Towards Natural Language-Guided Drones: GeoText-1652 Benchmark with Spatial Relation Matching
- URL: http://arxiv.org/abs/2311.12751v4
- Date: Wed, 31 Jul 2024 08:24:16 GMT
- Title: Towards Natural Language-Guided Drones: GeoText-1652 Benchmark with Spatial Relation Matching
- Authors: Meng Chu, Zhedong Zheng, Wei Ji, Tingyu Wang, Tat-Seng Chua,
- Abstract summary: Navigating drones through natural language commands remains challenging due to the dearth of accessible multi-modal datasets.
We introduce GeoText-1652, a new natural language-guided geo-localization benchmark.
This dataset is systematically constructed through an interactive human-computer process.

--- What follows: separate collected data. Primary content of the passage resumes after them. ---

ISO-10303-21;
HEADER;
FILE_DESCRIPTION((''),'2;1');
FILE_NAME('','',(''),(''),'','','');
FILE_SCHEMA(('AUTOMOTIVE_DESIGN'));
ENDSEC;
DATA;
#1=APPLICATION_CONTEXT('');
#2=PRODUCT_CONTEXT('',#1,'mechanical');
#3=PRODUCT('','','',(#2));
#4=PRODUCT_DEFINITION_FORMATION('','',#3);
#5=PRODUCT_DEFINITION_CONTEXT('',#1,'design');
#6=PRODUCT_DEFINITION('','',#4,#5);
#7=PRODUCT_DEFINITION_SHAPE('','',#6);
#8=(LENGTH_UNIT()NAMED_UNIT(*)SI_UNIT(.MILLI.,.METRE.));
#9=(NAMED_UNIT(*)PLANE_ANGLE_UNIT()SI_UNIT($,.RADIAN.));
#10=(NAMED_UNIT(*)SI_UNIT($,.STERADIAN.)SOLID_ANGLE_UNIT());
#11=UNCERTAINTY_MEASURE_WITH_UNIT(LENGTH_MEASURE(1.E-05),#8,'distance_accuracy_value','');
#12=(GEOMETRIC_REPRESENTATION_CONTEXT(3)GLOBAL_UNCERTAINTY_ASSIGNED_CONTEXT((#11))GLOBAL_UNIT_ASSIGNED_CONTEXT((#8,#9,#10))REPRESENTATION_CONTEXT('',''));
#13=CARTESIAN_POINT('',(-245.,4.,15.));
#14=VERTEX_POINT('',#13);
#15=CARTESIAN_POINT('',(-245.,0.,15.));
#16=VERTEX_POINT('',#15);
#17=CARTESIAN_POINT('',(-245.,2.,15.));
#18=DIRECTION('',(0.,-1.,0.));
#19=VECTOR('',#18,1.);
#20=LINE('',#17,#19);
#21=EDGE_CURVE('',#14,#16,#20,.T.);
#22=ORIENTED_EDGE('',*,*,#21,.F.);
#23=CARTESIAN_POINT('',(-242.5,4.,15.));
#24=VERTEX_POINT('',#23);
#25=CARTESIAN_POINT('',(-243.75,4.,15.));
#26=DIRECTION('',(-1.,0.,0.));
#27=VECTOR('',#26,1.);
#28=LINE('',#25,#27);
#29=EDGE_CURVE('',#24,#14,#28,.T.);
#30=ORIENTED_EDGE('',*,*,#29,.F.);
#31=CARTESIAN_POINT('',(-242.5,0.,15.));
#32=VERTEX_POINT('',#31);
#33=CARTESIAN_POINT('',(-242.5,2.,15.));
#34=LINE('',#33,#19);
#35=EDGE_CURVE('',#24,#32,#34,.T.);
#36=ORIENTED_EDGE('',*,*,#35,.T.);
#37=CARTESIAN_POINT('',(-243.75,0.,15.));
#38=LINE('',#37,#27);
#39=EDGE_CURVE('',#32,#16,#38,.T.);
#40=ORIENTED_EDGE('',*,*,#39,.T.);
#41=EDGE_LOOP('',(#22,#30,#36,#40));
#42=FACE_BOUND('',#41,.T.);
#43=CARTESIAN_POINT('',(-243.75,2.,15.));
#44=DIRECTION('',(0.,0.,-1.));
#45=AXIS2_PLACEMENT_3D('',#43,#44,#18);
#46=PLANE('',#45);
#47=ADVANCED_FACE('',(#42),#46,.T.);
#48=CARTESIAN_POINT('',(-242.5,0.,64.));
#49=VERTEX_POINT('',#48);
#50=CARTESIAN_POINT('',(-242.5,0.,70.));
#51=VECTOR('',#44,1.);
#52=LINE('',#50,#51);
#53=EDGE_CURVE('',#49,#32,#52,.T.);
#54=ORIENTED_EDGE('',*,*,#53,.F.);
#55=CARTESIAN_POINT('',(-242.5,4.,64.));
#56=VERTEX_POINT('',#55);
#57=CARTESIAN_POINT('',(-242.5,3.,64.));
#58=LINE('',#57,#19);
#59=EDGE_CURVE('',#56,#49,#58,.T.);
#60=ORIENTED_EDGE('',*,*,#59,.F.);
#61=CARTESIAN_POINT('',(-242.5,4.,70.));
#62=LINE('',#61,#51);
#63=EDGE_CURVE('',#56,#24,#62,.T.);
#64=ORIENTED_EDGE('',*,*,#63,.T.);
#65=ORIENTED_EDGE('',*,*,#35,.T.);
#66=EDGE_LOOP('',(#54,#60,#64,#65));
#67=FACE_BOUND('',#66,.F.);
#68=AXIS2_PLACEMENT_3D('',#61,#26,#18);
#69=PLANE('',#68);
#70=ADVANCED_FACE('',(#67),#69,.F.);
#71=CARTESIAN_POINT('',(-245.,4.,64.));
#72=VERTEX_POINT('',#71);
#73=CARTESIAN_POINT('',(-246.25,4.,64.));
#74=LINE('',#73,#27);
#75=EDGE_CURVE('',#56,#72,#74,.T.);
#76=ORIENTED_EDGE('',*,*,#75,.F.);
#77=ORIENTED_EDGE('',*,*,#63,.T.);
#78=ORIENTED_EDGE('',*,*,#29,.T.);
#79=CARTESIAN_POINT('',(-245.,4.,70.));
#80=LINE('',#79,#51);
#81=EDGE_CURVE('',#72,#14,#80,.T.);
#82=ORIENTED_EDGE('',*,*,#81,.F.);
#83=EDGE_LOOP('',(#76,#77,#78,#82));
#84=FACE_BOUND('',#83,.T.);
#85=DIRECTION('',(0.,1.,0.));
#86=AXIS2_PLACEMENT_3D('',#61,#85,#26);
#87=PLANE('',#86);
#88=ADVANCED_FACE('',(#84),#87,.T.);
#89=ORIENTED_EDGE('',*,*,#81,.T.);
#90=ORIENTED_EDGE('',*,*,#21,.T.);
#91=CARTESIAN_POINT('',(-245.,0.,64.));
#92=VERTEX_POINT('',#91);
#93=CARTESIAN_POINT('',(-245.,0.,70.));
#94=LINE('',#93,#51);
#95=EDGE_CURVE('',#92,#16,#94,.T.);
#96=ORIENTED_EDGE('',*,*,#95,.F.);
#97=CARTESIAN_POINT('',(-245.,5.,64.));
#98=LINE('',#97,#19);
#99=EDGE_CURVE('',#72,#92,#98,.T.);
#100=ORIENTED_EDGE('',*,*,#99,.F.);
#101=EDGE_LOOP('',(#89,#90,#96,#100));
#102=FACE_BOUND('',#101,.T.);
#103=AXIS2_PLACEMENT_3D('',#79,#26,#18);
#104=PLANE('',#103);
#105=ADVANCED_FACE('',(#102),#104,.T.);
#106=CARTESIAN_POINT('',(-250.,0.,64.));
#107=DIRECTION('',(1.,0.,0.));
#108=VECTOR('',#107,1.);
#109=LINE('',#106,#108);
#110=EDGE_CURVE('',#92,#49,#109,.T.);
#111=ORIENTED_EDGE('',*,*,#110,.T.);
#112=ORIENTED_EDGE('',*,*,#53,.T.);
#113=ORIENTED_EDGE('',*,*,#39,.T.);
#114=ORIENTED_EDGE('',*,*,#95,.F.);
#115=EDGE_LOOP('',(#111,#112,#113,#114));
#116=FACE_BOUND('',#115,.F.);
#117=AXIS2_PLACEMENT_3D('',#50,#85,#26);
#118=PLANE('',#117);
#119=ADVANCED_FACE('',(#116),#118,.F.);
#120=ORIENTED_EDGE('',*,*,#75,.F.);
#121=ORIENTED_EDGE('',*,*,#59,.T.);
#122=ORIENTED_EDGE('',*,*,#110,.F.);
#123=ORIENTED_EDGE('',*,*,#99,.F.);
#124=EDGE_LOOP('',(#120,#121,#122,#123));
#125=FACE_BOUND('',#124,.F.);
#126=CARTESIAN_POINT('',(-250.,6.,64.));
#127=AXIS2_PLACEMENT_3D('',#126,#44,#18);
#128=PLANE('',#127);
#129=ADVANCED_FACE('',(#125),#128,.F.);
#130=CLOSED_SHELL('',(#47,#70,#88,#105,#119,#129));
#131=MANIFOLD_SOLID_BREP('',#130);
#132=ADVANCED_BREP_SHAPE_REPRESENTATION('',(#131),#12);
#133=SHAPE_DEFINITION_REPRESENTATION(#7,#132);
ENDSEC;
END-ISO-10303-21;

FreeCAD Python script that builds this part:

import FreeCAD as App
import Part
import Sketcher
from FreeCAD import Vector
Q = App.Units.Quantity


def add_polygon(sketch, points):
    """Adds a closed chain of lines whose ends are joined by coincident constraints."""
    first, n = sketch.GeometryCount, len(points)
    for a, b in zip(points, points[1:] + points[:1]):
        sketch.addGeometry(Part.LineSegment(App.Vector(*a, 0), App.Vector(*b, 0)), False)
    for i in range(n):
        sketch.addConstraint(Sketcher.Constraint("Coincident", first + i, 2, first + (i + 1) % n, 1))

doc = App.newDocument("Part")
body = doc.addObject("PartDesign::Body", "Body")

# Sketch on YZ plane
sketch1 = body.newObject("Sketcher::SketchObject", "Sketch")
sketch1.AttachmentSupport = (doc.getObject("YZ_Plane"), [""])
sketch1.MapMode = "FlatFace"
sketch1.AttachmentOffset = App.Placement(Vector(0, 0, -250), App.Rotation())
add_polygon(sketch1, [(6, 70), (6, 64), (0, 64), (0, 70)])  # lines 0-3
sketch1.addConstraint([
    Sketcher.Constraint("Vertical", 0),
    Sketcher.Constraint("Horizontal", 1),
    Sketcher.Constraint("Vertical", 2),
    Sketcher.Constraint("Horizontal", 3),
    Sketcher.Constraint("PointOnObject", 1, 2, -2),
    Sketcher.Constraint("Equal", 3, 0),
    Sketcher.Constraint("DistanceX", 1, 2, 1, 1, Q("6 mm")),
    Sketcher.Constraint("DistanceY", -1, 1, 0, 2, Q("64 mm")),
])
pad1 = body.newObject("PartDesign::Pad", "Pad")
pad1.Profile = sketch1
pad1.Length = 7.5
body2 = doc.addObject("PartDesign::Body", "Body001")

# Sketch on XY plane
sketch2 = body2.newObject("Sketcher::SketchObject", "Sketch001")
sketch2.AttachmentSupport = (doc.getObject("XY_Plane001"), [""])
sketch2.MapMode = "FlatFace"
sketch2.AttachmentOffset = App.Placement(Vector(0, 0, 70), App.Rotation())
add_polygon(sketch2, [(-242.5, 4), (-240, 4), (-240, 0), (-242.5, 0)])  # lines 0-3
sketch2.addConstraint([
    Sketcher.Constraint("Horizontal", 0),
    Sketcher.Constraint("Vertical", 1),
    Sketcher.Constraint("Horizontal", 2),
    Sketcher.Constraint("Vertical", 3),
    Sketcher.Constraint("PointOnObject", 1, 2, -1),
    Sketcher.Constraint("DistanceY", 1, 2, 1, 1, Q("4 mm")),
    Sketcher.Constraint("DistanceX", 0, 1, 0, 2, Q("2.5 mm")),
    Sketcher.Constraint("DistanceX", 0, 2, -1, 1, Q("240 mm")),
])
pad2 = body2.newObject("PartDesign::Pad", "Pad001")
pad2.Profile = sketch2
pad2.Length = 55
pad2.Reversed = True
body3 = doc.addObject("PartDesign::Body", "Body002")
doc.recompute()

body2.Placement = App.Placement(Vector(-2.5, 0, 0), App.Rotation(Vector(0, 0, 1), 0))
boolean = body3.newObject("PartDesign::Boolean", "Boolean")
boolean.Type = "Fuse"
boolean.addObjects([body2])
doc.recompute()

boolean2 = body3.newObject("PartDesign::Boolean", "Boolean001")
boolean2.Type = "Cut"
boolean2.addObjects([body])

doc.recompute()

- Score: 60.645802236700035
- License: http://arxiv.org/licenses/nonexclusive-distrib/1.0/
- Abstract: Navigating drones through natural language commands remains challenging due to the dearth of accessible multi-modal datasets and the stringent precision requirements for aligning visual and textual data. To address this pressing need, we introduce GeoText-1652, a new natural language-guided geo-localization benchmark. This dataset is systematically constructed through an interactive human-computer process leveraging Large Language Model (LLM) driven annotation techniques in conjunction with pre-trained vision models. GeoText-1652 extends the established University-1652 image dataset with spatial-aware text annotations, thereby establishing one-to-one correspondences between image, text, and bounding box elements. We further introduce a new optimization objective to leverage fine-grained spatial associations, called blending spatial matching, for region-level spatial relation matching. Extensive experiments reveal that our approach maintains a competitive recall rate comparing other prevailing cross-modality methods. This underscores the promising potential of our approach in elevating drone control and navigation through the seamless integration of natural language commands in real-world scenarios.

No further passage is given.